Tuesday, 15 February 2011

How to grow bean sprouts.

If you look after a green iguana you want to make sure it get's fed properly. A good variation is of much importance as they are fussy eaters. I remember my big boy being rather complicated when I 'rescued' him about 2.5 years ago. He didn't like eat what I offered, turned up his nose or would ignore it, because he didn't know it. Though it took a while, he's now basically tucking into anything I present him. He's learned I'm a good food provider, the little bugger.

Recently, I decided to dust off my biosnacky germinator and went back to growing my own sprouts again.

Bean sprouts

Not only for the iguana, but also for me. I grow mainly alfalfa, but I also love bean sprouts and purple radish and ordinary salad cress. The iguana loves all of them, so do I. Alfalfa and radish sprouts are brilliant on a salad. I particularly like the radish sprouts on fresh rye or sourdough bread, on PHILADELPHIA cheese with a pinch of salt. Delicious. To grow your own sprouts is also much cheaper, given that the iguana eats so much now, that he's so huge.

Here a comparison, him 2.5 years ago and today:


  1. did the sprouts make him change color? I noticed my iguana turned that whitish hue when the weather got cold and dry. But i looove growing sprouts too and would love to feed them to the iguana. thanks for the info. Did you happen to potty train him and have any advice?

  2. Hello, Mallory

    I love having other iguana owners popping by. Tell me about yours :-)

    Didn't even see your comment until now. Somehow blogger has to improve that, I think. It should come up as 'comment unread', which it doesn't. Weird.

    Okay to your questions: No, I didn't notice any colour change because of feeding bean sprouts, they go pale when it's cold, that's correct. They also go dark when they are stressed.
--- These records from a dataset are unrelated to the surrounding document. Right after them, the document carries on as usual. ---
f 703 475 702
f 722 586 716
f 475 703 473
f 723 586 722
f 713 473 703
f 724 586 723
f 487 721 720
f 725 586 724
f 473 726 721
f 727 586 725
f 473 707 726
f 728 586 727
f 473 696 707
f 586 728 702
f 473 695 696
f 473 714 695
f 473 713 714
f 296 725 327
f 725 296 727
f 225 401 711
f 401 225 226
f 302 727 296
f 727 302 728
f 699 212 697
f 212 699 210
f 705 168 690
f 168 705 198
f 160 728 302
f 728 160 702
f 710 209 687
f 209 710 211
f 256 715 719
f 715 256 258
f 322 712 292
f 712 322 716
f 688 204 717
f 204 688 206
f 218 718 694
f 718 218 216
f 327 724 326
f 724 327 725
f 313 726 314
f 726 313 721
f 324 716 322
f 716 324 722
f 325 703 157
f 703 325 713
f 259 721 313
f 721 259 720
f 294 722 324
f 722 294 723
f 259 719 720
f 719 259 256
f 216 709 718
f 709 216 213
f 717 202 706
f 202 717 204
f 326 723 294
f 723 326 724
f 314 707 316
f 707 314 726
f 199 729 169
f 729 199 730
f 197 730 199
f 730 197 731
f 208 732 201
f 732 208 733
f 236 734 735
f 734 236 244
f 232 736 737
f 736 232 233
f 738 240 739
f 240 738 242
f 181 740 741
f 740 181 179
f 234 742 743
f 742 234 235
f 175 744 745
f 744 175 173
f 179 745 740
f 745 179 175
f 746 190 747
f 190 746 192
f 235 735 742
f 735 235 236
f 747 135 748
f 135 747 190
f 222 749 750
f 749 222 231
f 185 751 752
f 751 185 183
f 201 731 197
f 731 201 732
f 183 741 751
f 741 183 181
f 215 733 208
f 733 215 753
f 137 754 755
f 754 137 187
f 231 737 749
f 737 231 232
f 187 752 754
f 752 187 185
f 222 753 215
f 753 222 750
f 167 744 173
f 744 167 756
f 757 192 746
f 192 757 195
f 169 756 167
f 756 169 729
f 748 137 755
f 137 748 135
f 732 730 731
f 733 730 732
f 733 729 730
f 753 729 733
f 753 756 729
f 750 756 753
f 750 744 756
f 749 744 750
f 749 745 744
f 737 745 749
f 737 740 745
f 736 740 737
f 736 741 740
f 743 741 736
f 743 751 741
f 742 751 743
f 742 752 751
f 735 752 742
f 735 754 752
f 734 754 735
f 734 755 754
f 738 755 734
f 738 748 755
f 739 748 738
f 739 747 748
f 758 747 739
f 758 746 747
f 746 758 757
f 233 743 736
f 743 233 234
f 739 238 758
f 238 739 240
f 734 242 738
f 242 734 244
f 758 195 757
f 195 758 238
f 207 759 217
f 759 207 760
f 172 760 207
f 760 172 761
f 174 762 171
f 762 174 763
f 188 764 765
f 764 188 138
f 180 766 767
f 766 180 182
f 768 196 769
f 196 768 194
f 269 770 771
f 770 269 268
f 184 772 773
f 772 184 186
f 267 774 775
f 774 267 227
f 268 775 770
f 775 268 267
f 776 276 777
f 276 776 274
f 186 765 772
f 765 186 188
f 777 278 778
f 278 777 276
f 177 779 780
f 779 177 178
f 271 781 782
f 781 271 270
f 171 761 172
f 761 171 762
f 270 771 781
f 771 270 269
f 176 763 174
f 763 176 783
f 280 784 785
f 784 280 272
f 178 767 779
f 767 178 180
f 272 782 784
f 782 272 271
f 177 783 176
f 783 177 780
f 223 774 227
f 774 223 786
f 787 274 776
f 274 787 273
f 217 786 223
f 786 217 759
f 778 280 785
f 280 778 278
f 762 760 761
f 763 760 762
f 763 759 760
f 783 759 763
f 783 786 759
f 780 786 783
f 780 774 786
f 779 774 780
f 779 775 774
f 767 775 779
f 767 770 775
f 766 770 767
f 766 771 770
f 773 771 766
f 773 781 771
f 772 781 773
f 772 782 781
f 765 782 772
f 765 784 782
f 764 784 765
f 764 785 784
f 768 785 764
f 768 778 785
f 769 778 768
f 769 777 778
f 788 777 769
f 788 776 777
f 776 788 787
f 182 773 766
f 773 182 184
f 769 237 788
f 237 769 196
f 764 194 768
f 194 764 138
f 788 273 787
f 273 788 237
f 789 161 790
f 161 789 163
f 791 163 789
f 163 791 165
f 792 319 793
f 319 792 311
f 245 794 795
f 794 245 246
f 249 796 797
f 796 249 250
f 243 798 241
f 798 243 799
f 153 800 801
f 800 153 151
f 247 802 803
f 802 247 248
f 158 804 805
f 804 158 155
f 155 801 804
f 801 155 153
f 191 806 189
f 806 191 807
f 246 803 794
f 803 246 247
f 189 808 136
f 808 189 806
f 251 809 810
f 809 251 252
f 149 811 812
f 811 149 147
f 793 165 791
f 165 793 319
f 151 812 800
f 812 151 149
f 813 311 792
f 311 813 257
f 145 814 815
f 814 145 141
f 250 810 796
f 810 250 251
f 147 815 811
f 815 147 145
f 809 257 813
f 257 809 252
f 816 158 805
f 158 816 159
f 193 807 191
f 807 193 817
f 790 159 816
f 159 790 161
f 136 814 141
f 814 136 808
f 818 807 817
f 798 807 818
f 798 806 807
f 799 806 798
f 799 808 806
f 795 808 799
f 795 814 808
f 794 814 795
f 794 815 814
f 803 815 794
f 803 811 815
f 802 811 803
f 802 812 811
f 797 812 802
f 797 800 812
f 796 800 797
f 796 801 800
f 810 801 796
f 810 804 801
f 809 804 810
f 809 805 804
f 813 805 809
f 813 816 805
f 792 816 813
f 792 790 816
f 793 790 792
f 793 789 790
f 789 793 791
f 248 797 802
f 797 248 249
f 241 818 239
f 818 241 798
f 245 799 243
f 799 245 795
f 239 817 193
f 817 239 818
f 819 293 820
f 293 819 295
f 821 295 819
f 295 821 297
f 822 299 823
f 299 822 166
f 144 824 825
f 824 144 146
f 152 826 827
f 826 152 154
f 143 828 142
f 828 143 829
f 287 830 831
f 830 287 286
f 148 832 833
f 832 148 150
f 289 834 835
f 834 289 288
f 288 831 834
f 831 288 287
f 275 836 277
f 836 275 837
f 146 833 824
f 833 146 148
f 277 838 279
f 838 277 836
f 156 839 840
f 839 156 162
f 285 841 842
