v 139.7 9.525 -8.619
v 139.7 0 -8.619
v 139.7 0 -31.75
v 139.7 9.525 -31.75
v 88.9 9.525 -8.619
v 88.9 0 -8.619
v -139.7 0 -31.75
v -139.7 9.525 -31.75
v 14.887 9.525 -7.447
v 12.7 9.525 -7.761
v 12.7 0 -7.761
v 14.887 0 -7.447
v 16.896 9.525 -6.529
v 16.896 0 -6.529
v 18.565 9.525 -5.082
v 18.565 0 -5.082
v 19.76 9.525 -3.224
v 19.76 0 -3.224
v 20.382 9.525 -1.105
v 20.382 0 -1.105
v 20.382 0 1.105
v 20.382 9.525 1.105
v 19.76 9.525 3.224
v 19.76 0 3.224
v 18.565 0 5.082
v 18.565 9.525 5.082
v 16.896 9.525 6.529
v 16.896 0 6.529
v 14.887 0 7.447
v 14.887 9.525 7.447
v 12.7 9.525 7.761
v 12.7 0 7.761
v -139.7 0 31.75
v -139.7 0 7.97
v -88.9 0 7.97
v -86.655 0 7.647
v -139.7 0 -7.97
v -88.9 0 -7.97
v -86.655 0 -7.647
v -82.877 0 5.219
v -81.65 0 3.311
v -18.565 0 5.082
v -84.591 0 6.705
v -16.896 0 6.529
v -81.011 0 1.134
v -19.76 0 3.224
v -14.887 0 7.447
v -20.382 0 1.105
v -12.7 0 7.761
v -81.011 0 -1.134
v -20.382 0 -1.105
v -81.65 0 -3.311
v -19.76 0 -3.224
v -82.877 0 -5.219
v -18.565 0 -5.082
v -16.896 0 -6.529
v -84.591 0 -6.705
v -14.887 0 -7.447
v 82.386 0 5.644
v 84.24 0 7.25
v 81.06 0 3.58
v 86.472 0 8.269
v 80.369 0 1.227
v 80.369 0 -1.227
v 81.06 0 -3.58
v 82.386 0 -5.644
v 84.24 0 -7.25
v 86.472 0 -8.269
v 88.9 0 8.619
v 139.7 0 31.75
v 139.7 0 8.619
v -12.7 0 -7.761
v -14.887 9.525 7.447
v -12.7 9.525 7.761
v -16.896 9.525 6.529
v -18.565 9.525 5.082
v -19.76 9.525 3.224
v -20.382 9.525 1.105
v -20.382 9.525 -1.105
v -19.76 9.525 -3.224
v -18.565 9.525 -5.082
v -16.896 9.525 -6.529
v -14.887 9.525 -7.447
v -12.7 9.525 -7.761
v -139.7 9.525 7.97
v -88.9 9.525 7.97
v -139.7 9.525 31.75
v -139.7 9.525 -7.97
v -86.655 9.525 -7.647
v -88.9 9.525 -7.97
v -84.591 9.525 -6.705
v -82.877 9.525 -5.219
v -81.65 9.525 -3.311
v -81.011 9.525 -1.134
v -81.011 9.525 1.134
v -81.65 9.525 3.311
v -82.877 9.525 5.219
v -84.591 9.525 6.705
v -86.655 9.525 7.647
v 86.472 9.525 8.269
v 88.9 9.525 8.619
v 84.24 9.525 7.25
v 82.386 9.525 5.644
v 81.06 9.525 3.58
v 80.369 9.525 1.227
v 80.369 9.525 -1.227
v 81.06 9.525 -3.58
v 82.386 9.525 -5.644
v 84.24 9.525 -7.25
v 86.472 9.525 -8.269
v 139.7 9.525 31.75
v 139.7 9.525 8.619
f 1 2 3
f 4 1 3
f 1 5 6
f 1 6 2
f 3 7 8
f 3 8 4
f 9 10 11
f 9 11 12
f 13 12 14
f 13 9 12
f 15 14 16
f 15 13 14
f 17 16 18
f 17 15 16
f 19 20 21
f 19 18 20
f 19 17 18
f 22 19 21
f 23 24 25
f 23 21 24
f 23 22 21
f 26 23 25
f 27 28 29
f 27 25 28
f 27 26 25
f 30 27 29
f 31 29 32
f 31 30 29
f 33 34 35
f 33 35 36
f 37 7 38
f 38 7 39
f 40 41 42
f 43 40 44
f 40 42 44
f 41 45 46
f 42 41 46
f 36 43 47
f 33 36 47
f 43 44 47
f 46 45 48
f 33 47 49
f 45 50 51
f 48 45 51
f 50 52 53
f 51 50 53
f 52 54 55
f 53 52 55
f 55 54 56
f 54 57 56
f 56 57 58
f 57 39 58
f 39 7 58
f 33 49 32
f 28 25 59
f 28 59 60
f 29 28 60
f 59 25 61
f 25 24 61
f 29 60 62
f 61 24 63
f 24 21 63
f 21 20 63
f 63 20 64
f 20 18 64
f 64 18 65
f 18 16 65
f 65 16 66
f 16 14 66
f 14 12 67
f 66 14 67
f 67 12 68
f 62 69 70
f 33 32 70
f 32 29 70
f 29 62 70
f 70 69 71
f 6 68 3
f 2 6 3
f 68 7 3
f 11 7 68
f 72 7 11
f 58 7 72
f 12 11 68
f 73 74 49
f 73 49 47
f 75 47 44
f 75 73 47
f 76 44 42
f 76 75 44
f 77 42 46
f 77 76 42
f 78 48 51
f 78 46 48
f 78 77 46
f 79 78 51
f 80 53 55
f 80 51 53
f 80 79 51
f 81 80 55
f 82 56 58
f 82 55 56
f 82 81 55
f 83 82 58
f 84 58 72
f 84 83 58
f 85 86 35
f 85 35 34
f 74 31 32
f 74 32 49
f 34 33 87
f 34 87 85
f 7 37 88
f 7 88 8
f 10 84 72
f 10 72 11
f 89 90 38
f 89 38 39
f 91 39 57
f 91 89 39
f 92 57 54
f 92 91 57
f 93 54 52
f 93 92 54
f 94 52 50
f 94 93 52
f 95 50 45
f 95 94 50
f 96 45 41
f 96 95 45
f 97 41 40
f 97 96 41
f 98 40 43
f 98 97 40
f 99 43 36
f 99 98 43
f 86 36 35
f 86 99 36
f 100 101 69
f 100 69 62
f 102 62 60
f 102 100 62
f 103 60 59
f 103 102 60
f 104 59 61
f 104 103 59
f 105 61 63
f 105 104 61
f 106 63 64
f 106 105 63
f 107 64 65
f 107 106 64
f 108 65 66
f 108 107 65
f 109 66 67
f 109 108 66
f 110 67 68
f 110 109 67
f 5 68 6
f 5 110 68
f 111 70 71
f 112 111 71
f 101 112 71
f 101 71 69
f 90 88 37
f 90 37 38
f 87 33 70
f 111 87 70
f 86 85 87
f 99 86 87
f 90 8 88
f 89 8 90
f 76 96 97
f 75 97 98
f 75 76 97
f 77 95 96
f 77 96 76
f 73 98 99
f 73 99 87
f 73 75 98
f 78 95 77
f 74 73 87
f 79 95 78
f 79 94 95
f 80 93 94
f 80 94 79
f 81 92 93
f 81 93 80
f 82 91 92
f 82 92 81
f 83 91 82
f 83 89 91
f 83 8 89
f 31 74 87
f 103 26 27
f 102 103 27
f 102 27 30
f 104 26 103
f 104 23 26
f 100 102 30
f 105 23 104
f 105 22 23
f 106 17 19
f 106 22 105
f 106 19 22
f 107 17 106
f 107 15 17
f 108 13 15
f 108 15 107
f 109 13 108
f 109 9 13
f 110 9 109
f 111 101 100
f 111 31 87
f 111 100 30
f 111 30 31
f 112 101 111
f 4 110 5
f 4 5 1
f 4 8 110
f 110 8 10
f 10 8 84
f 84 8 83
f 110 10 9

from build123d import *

# Parameters (mm, degrees)
SKETCH1_W           = 279.4
SKETCH1_H           = 63.5
BOSS_EXTRUDE1_DEPTH = 9.525
CUT_EXTRUDE5_DEPTH  = 10.525
CUT_EXTRUDE7_DEPTH  = 10.525
CUT_EXTRUDE8_DEPTH  = 10.525


with BuildPart() as part:
    # Sketch1 → Boss-Extrude1 (new body)
    with BuildSketch(Plane(origin=(0, 0, 0), x_dir=(1, 0, 0), z_dir=(0, 1, 0))):
        Rectangle(SKETCH1_W, SKETCH1_H)
    extrude(amount=BOSS_EXTRUDE1_DEPTH)

    # Sketch9 → Cut-Extrude5 (cut, through all)
    with BuildSketch(Plane(origin=(0, 9.525, 0), x_dir=(1, 0, 0), z_dir=(0, 1, 0))):
        with BuildLine():
            Line((-139.7, 7.969965865), (-88.9, 7.969965865))
            ThreePointArc((-88.9, 7.969965865), (-80.930034135, 0), (-88.9, -7.969965865))
            Line((-88.9, -7.969965865), (-139.7, -7.969965865))
            Line((-139.7, -7.969965865), (-139.7, 7.969965865))
        make_face()
    extrude(amount=-CUT_EXTRUDE5_DEPTH, mode=Mode.SUBTRACT)

    # Sketch12 → Cut-Extrude7 (cut, through all)
    with BuildSketch(Plane(origin=(0, 9.525, 0), x_dir=(1, 0, 0), z_dir=(0, 1, 0))):
        with BuildLine():
            Line((139.7, -8.618596636), (88.9, -8.618596636))
            ThreePointArc((88.9, -8.618596636), (80.281403364, 0), (88.9, 8.618596636))
            Line((88.9, 8.618596636), (139.7, 8.618596636))
            Line((139.7, 8.618596636), (139.7, -8.618596636))
        make_face()
    extrude(amount=-CUT_EXTRUDE7_DEPTH, mode=Mode.SUBTRACT)

    # Sketch13 → Cut-Extrude8 (cut, through all)
    with BuildSketch(Plane(origin=(0, 9.525, 0), x_dir=(1, 0, 0), z_dir=(0, 1, 0))):
        with BuildLine():
            Line((-12.7, 7.761111111), (12.7, 7.761111111))
            ThreePointArc((12.7, 7.761111111), (20.461111111, 0), (12.7, -7.761111111))
            Line((12.7, -7.761111111), (-12.7, -7.761111111))
            ThreePointArc((-12.7, -7.761111111), (-20.461111111, 0), (-12.7, 7.761111111))
        make_face()
    extrude(amount=-CUT_EXTRUDE8_DEPTH, mode=Mode.SUBTRACT)


solid = part.part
    I couldn't train him to go to a particular place, he just does his business wherever he feels, mostly, like in nature, from the cork bark he's sitting on, to the floor. I have linol on the floor of his vivarium for easier cleaning.

    My female iguana, however was trained. I got her from a very young age and as soon as I had her free-roaming (not recommended, by the way!)and I saw her preparing for doing her business I grabbed her and put her into a ca-litter tray. Repeated it every time and she learned.

    It's another thing people don't realise when they buy iguanas: they make huge messes and the urin has a high acidity.